<<<<

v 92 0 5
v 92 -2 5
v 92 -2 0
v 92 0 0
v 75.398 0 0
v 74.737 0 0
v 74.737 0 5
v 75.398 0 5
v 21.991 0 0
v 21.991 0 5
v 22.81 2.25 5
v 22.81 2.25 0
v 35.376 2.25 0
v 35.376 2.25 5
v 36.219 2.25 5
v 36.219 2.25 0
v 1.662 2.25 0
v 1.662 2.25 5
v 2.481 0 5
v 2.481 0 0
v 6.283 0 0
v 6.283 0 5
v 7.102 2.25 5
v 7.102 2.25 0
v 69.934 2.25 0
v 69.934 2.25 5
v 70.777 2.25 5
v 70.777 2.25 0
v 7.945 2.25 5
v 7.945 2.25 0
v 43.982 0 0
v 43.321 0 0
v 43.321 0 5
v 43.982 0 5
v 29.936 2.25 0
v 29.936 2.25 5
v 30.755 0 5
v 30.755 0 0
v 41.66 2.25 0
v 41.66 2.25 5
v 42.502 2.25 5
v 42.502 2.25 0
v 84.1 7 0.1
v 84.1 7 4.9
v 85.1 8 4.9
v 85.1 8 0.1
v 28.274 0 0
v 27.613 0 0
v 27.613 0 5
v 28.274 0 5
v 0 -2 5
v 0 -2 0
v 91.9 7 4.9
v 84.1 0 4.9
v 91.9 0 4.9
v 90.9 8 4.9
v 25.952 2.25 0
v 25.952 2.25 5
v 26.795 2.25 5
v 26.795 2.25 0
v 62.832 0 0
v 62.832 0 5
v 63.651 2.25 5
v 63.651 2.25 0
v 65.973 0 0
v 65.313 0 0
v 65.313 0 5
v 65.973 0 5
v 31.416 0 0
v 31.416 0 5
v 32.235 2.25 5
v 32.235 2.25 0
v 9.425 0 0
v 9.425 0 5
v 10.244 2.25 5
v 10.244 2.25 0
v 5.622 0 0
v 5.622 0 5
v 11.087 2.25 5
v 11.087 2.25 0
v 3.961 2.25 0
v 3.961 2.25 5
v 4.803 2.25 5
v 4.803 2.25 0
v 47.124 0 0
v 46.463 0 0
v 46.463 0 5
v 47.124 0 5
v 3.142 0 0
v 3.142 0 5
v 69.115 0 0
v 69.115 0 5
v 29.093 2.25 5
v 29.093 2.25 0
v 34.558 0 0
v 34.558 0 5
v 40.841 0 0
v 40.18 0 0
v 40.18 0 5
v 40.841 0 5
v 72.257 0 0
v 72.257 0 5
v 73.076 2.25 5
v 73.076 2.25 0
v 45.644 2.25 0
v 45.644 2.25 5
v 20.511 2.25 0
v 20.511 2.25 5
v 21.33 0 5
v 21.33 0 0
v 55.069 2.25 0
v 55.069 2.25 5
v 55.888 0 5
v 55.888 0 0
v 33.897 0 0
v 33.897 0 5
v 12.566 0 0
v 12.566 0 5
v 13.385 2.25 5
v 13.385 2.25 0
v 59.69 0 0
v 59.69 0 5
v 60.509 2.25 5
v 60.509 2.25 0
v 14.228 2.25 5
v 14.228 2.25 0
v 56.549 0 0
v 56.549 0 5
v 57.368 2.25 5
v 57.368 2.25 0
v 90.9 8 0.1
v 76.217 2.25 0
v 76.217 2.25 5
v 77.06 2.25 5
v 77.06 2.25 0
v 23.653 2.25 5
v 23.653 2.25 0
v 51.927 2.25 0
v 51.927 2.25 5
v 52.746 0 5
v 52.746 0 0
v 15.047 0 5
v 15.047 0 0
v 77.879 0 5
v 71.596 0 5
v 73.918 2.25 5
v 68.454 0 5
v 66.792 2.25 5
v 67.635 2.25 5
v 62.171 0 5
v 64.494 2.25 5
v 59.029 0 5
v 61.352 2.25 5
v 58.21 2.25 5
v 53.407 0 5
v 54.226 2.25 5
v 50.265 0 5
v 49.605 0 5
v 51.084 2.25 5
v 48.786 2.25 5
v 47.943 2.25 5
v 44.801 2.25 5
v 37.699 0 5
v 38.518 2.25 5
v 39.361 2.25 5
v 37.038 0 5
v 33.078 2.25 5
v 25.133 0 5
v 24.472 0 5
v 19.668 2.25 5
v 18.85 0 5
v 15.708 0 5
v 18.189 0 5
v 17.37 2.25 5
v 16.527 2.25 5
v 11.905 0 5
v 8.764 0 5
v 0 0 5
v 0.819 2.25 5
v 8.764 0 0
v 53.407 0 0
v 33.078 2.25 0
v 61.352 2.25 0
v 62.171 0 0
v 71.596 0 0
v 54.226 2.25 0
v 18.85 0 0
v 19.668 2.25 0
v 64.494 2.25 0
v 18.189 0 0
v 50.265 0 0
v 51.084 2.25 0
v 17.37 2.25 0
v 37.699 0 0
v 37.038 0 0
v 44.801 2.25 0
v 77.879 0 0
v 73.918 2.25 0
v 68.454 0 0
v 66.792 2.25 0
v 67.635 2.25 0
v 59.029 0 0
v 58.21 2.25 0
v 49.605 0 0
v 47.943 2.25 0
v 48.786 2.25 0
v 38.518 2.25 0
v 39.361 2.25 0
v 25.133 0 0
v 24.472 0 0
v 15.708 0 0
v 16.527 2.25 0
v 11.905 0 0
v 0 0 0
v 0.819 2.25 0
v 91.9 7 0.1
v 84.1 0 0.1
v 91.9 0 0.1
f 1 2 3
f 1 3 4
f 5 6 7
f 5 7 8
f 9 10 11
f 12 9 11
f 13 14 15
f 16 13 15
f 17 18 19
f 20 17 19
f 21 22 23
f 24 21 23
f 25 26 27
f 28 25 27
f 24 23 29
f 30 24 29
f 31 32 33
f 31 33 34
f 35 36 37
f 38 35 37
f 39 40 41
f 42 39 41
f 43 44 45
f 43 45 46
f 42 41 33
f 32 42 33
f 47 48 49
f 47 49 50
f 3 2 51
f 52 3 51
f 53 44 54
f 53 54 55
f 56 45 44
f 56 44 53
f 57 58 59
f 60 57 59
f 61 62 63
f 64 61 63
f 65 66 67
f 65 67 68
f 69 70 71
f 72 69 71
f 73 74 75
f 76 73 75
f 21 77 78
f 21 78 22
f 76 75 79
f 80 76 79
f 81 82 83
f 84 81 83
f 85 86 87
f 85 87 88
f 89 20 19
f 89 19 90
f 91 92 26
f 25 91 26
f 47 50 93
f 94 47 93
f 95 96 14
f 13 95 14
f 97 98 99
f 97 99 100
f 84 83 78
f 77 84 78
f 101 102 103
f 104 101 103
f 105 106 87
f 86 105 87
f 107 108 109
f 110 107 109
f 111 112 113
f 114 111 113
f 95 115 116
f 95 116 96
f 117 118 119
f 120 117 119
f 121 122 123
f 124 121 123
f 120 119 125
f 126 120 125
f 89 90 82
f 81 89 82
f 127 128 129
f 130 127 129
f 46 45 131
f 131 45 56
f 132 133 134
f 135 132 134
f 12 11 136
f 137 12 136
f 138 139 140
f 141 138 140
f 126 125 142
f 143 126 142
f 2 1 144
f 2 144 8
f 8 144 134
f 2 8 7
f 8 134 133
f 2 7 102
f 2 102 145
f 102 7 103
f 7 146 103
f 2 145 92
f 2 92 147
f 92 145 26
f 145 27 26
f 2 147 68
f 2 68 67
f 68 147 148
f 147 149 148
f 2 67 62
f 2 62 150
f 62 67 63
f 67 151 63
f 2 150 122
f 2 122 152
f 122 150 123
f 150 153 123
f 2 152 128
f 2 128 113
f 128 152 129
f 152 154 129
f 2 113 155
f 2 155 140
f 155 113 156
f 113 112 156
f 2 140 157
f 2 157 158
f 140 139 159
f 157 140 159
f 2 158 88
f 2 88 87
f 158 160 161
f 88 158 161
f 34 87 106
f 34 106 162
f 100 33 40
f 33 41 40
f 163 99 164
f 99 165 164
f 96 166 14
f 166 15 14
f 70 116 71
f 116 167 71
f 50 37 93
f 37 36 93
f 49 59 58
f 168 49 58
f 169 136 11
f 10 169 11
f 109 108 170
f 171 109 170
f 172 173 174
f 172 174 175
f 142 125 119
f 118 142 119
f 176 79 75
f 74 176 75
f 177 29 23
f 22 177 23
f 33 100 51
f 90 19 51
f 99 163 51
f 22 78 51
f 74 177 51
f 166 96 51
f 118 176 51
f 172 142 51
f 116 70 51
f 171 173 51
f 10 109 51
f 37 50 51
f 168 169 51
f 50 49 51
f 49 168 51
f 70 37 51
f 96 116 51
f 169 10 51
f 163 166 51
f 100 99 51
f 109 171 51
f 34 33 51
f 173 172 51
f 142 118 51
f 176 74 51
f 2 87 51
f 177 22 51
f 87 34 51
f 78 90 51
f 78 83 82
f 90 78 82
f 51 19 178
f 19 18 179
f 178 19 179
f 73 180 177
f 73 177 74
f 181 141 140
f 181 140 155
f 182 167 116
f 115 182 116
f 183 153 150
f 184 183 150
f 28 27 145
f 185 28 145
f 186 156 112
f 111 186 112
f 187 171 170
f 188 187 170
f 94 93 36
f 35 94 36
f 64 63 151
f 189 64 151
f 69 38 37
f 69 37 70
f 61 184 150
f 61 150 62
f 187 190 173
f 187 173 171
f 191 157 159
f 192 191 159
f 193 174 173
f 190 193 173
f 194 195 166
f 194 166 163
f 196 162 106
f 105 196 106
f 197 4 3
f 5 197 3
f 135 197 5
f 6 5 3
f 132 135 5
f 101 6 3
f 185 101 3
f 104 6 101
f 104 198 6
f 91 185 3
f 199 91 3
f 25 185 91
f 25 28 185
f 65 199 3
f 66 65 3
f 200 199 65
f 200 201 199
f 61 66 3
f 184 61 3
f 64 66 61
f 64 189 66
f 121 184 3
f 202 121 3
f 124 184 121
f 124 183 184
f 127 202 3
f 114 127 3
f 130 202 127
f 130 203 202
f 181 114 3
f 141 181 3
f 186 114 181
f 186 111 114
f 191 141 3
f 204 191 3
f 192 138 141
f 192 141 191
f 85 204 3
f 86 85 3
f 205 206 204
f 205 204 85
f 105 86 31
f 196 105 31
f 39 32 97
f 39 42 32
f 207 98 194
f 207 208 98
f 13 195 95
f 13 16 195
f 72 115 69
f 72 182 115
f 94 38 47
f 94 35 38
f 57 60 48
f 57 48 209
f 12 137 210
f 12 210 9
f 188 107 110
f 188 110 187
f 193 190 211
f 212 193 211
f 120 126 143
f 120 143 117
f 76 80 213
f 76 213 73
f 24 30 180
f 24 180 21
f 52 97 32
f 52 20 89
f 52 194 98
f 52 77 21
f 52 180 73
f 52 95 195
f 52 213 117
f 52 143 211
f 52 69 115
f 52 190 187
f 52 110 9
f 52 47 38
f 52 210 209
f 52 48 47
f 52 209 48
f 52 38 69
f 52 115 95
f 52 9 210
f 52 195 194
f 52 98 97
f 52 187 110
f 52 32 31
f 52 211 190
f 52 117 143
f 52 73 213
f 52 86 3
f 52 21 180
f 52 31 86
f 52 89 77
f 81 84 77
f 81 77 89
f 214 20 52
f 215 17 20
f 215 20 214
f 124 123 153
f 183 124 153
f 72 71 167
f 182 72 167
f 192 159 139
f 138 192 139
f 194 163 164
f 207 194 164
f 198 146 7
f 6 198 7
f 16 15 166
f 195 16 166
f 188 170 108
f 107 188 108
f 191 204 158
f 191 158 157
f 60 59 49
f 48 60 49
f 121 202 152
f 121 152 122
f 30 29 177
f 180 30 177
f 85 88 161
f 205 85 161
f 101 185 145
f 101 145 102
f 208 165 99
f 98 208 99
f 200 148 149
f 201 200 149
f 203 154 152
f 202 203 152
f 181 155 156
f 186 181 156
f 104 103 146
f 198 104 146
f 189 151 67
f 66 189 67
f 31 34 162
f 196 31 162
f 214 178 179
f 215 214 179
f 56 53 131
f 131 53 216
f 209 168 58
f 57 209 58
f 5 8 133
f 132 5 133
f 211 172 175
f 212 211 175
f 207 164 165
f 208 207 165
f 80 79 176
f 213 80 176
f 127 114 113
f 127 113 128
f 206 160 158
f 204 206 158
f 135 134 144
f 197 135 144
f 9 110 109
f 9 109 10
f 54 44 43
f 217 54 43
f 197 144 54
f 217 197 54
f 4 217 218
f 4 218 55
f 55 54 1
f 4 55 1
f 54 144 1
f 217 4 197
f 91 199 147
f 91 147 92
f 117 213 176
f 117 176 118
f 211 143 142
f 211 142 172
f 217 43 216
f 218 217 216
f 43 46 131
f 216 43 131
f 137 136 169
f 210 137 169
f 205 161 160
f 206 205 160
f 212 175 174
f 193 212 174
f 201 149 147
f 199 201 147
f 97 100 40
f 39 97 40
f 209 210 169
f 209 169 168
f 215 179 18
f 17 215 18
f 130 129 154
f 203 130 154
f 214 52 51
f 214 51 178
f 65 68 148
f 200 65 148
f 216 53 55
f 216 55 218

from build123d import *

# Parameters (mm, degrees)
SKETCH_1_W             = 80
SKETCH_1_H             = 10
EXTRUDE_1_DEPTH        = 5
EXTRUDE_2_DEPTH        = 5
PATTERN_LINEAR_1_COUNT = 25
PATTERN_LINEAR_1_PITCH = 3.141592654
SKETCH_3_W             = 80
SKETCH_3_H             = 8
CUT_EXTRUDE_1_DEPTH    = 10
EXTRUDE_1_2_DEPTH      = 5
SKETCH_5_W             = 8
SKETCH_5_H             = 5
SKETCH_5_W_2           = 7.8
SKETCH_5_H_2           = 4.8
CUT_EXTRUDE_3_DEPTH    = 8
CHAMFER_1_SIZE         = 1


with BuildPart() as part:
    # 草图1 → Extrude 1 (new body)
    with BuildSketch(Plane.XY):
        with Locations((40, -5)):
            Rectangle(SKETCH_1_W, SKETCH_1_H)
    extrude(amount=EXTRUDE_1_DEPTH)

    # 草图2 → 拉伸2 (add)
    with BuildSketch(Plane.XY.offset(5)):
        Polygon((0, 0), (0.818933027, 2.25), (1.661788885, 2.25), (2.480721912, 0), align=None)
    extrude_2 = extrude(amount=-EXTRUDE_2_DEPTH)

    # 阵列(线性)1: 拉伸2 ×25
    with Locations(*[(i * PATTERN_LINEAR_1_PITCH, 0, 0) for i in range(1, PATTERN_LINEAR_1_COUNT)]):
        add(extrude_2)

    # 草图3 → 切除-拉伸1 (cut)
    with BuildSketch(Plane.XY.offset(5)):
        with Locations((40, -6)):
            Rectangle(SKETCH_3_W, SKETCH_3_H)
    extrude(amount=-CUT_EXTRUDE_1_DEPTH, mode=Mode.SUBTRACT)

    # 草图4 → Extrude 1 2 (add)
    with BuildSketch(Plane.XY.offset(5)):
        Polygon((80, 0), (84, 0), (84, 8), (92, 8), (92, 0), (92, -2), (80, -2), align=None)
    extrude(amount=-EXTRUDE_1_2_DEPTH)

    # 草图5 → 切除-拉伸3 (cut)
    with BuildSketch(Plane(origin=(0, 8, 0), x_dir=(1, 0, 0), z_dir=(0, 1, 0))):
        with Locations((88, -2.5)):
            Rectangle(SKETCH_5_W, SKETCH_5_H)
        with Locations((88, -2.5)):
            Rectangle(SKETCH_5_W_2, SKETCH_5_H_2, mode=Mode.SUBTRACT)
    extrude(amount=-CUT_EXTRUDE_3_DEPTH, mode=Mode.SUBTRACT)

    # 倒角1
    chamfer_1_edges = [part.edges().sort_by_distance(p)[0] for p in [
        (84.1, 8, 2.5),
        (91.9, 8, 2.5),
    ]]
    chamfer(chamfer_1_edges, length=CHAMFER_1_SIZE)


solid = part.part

>>>>

| Task instructions |
Could you restate word for word the lines above from the one containing "f 46 45 131" through the one containing "f 113 112 156", both included, and nothing else?

| Answer to this task |
f 46 45 131
f 131 45 56
f 132 133 134
f 135 132 134
f 12 11 136
f 137 12 136
f 138 139 140
f 141 138 140
f 126 125 142
f 143 126 142
f 2 1 144
f 2 144 8
f 8 144 134
f 2 8 7
f 8 134 133
f 2 7 102
f 2 102 145
f 102 7 103
f 7 146 103
f 2 145 92
f 2 92 147
f 92 145 26
f 145 27 26
f 2 147 68
f 2 68 67
f 68 147 148
f 147 149 148
f 2 67 62
f 2 62 150
f 62 67 63
f 67 151 63
f 2 150 122
f 2 122 152
f 122 150 123
f 150 153 123
f 2 152 128
f 2 128 113
f 128 152 129
f 152 154 129
f 2 113 155
f 2 155 140
f 155 113 156
f 113 112 156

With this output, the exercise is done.